(Reuters) – Netflix Inc (NFLX.O) announced Monday that it will touch the debt markets for the second time this year, with the aim of raising another $ 2 billion as the streaming video pioneer invests heavily in the production of original shows and acquisition of content to counteract the intensification of competition.
The move, which the company has declared to be aimed at financing a wide range of activities including the payment of new content, has stimulated the fall of both its bond prices and its shares, while investors were worried about the rising costs of its huge investments planned for years to come.
The CEO of Netflix Reed Hastings was explicit about the company's Los Gatos, California, plan to finance the acquisition of content through increased debt. "We will continue to finance our capital needs in the high yield market," Hastings wrote in his second-quarter letter to shareholders.
The move was soon telegraphed by Netflix, said John McClain, portfolio manager for Diamond Hill Capital, who is long in debt, adding that the debt hike "makes sense to us".

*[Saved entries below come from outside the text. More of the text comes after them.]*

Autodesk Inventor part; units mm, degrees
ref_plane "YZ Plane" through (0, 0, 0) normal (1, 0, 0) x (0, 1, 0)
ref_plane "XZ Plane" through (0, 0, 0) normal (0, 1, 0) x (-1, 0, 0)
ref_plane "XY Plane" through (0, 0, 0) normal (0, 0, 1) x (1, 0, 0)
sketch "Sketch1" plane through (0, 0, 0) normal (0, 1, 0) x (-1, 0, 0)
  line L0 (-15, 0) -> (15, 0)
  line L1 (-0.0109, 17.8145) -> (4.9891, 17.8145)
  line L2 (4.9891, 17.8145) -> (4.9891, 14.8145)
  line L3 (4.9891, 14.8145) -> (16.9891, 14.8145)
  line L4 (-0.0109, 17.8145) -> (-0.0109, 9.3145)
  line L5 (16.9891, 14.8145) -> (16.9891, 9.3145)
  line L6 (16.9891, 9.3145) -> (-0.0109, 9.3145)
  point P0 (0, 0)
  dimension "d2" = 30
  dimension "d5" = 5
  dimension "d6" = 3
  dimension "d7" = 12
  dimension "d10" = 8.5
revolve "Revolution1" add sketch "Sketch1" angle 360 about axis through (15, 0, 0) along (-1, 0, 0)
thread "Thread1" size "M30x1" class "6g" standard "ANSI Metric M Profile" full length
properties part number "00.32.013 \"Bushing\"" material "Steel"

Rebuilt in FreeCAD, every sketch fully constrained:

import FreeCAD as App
import Part
import Sketcher

doc = App.newDocument("Part")
params = doc.addObject("Spreadsheet::Sheet", "Params")
for row, (alias, value) in enumerate([
    ("sketch1_width", "5 mm"),
    ("sketch1_width2", "12 mm"),
    ("sketch1_height", "3 mm"),
    ("sketch1_height2", "8.5 mm"),
    ("revolution_angle", "360 deg"),
], start=1):
    params.set(f"A{row}", alias)
    params.set(f"B{row}", "=" + value)
    params.setAlias(f"B{row}", alias)

body = doc.addObject("PartDesign::Body", "Body")

# Sketch on XZ plane
sketch1 = body.newObject("Sketcher::SketchObject", "Sketch")
sketch1.AttachmentSupport = (doc.getObject("XZ_Plane"), [""])
sketch1.MapMode = "FlatFace"
sketch1.addGeometry(Part.LineSegment(App.Vector(-5, 17.8, 0), App.Vector(0, 17.8, 0)), False)
sketch1.addGeometry(Part.LineSegment(App.Vector(0, 17.8, 0), App.Vector(0, 9.3, 0)), False)
sketch1.addGeometry(Part.LineSegment(App.Vector(0, 9.3, 0), App.Vector(-17, 9.3, 0)), False)
sketch1.addGeometry(Part.LineSegment(App.Vector(-17, 9.3, 0), App.Vector(-17, 14.8, 0)), False)
sketch1.addGeometry(Part.LineSegment(App.Vector(-17, 14.8, 0), App.Vector(-5, 14.8, 0)), False)
sketch1.addGeometry(Part.LineSegment(App.Vector(-5, 14.8, 0), App.Vector(-5, 17.8, 0)), False)
sketch1.addConstraint(Sketcher.Constraint("Coincident", 0, 2, 1, 1))
sketch1.addConstraint(Sketcher.Constraint("Coincident", 1, 2, 2, 1))
sketch1.addConstraint(Sketcher.Constraint("Coincident", 2, 2, 3, 1))
sketch1.addConstraint(Sketcher.Constraint("Coincident", 3, 2, 4, 1))
sketch1.addConstraint(Sketcher.Constraint("Coincident", 4, 2, 5, 1))
sketch1.addConstraint(Sketcher.Constraint("Coincident", 5, 2, 0, 1))
sketch1.addConstraint(Sketcher.Constraint("Horizontal", 0))
sketch1.addConstraint(Sketcher.Constraint("Vertical", 1))
sketch1.addConstraint(Sketcher.Constraint("Horizontal", 2))
sketch1.addConstraint(Sketcher.Constraint("Vertical", 3))
sketch1.addConstraint(Sketcher.Constraint("Horizontal", 4))
sketch1.addConstraint(Sketcher.Constraint("Vertical", 5))
sketch1.addConstraint(Sketcher.Constraint("DistanceX", 0, 1, 0, 2, 5.0))
sketch1.addConstraint(Sketcher.Constraint("DistanceX", 4, 1, 4, 2, 12.0))
sketch1.addConstraint(Sketcher.Constraint("DistanceY", 5, 1, 5, 2, 3.0))
sketch1.addConstraint(Sketcher.Constraint("DistanceY", 1, 2, 1, 1, 8.5))
sketch1.addConstraint(Sketcher.Constraint("DistanceX", -1, 1, 0, 2, 0.011))
sketch1.addConstraint(Sketcher.Constraint("DistanceY", -1, 1, 0, 2, 17.8145))
sketch1.setExpression("Constraints[12]", "Params.sketch1_width")
sketch1.setExpression("Constraints[13]", "Params.sketch1_width2")
sketch1.setExpression("Constraints[14]", "Params.sketch1_height")
sketch1.setExpression("Constraints[15]", "Params.sketch1_height2")
revolution = body.newObject("PartDesign::Revolution", "Revolution")
revolution.Profile = sketch1
revolution.ReferenceAxis = (sketch1, ["H_Axis"])
revolution.setExpression("Angle", "Params.revolution_angle")

doc.recompute()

Netflix said it expects to spend $ 8 billion in content this year. The company had already spent $ 6.9 billion on TV and film programs by the end of the third quarter, suggesting that if they continue at a brisk pace, their spending for 2018 should approach $ 9 billion.
Netflix sold $ 1.6 billion in debt in April, after raising $ 1.9 billion in November 2017, bringing the total debt to $ 8.4 billion, most of which has been increased over the past three years. Long-term debt as a percentage of total capital has nearly doubled to 65 percent since the end of 2014.
Last week's quarterly results, driven by earnings from international subscribers, have again alarmed concerns that the global streaming leader is running out of space to expand into developed markets where it can reach mass audiences at affordable prices.
But while Netflix still has huge potential in emerging markets such as India, some brokers have begun to draw attention to the high overall cost it is paying as a business to acquire more users.
"This is a further proof of Netflix's capital need to finance short-term transactions and capital investments," Richard Miller, founder and managing partner of Gullane Capital, who is short of equity.
"It shows that they are more than ever positive in cash flow," he said.
Netflix's existing debt prices plummeted across the board Monday, with the largest collapse of a bond maturing in 2026 64110LAN6 =, down about 3 cents to 91.5 cents on the dollar.
Its expiring eurobond in 2028 US170932935 = has also fallen by almost 3 cents to 91.95 cents on the dollar.
Downside bets against Netflix's current $ 8.4 billion of junk bonds have more than tripled this year to a record high of $ 347 million, according to Reuters last week.
About 27 of the 43 brokerage analysts covering Netflix continue to support the "buy" -edited security, compared to only three with "sell" ratings, even though their shares have slipped back compared to last week's results.
This shows that most have now given the benefit of the doubt about a deficit in subscriber numbers in the second quarter, and the company has also cut its projection for a negative cash flow to about $ 3 billion from a previously negative project of $ 4 billion.
Moody & # 39; s Investors Service has assigned a rating of Ba3 to the new banknotes, three notches in junk territory, which is the same assessment that the agency has given to the company as a whole.
Standard & Poor & # 39; s assessed the problem of debt proposed to the recovery rating "BB-" and "3". The recovery rating indicates a significant recovery of around 65% of the capital in the event of default on a payment.
He said the rating reflects the improvement in the underlying profit margins of the company over the last 12 months, driven in part by price increases and subscriber growth.
"These factors demonstrate the strength of the company's business model and its ability to expand globally, increase margins and manage its growing debt," said S & P.
The new debt will be in the form of senior notes denominated in dollars and euros – securities that the company must repay before any unsecured debt in the event of bankruptcy.
The company is now trading nearly 115 times the gains ahead, making it the second most expensive of the FAANG group of major technical bets after Amazon.com (AMZN.O) 160 times, based on Refinitiv data.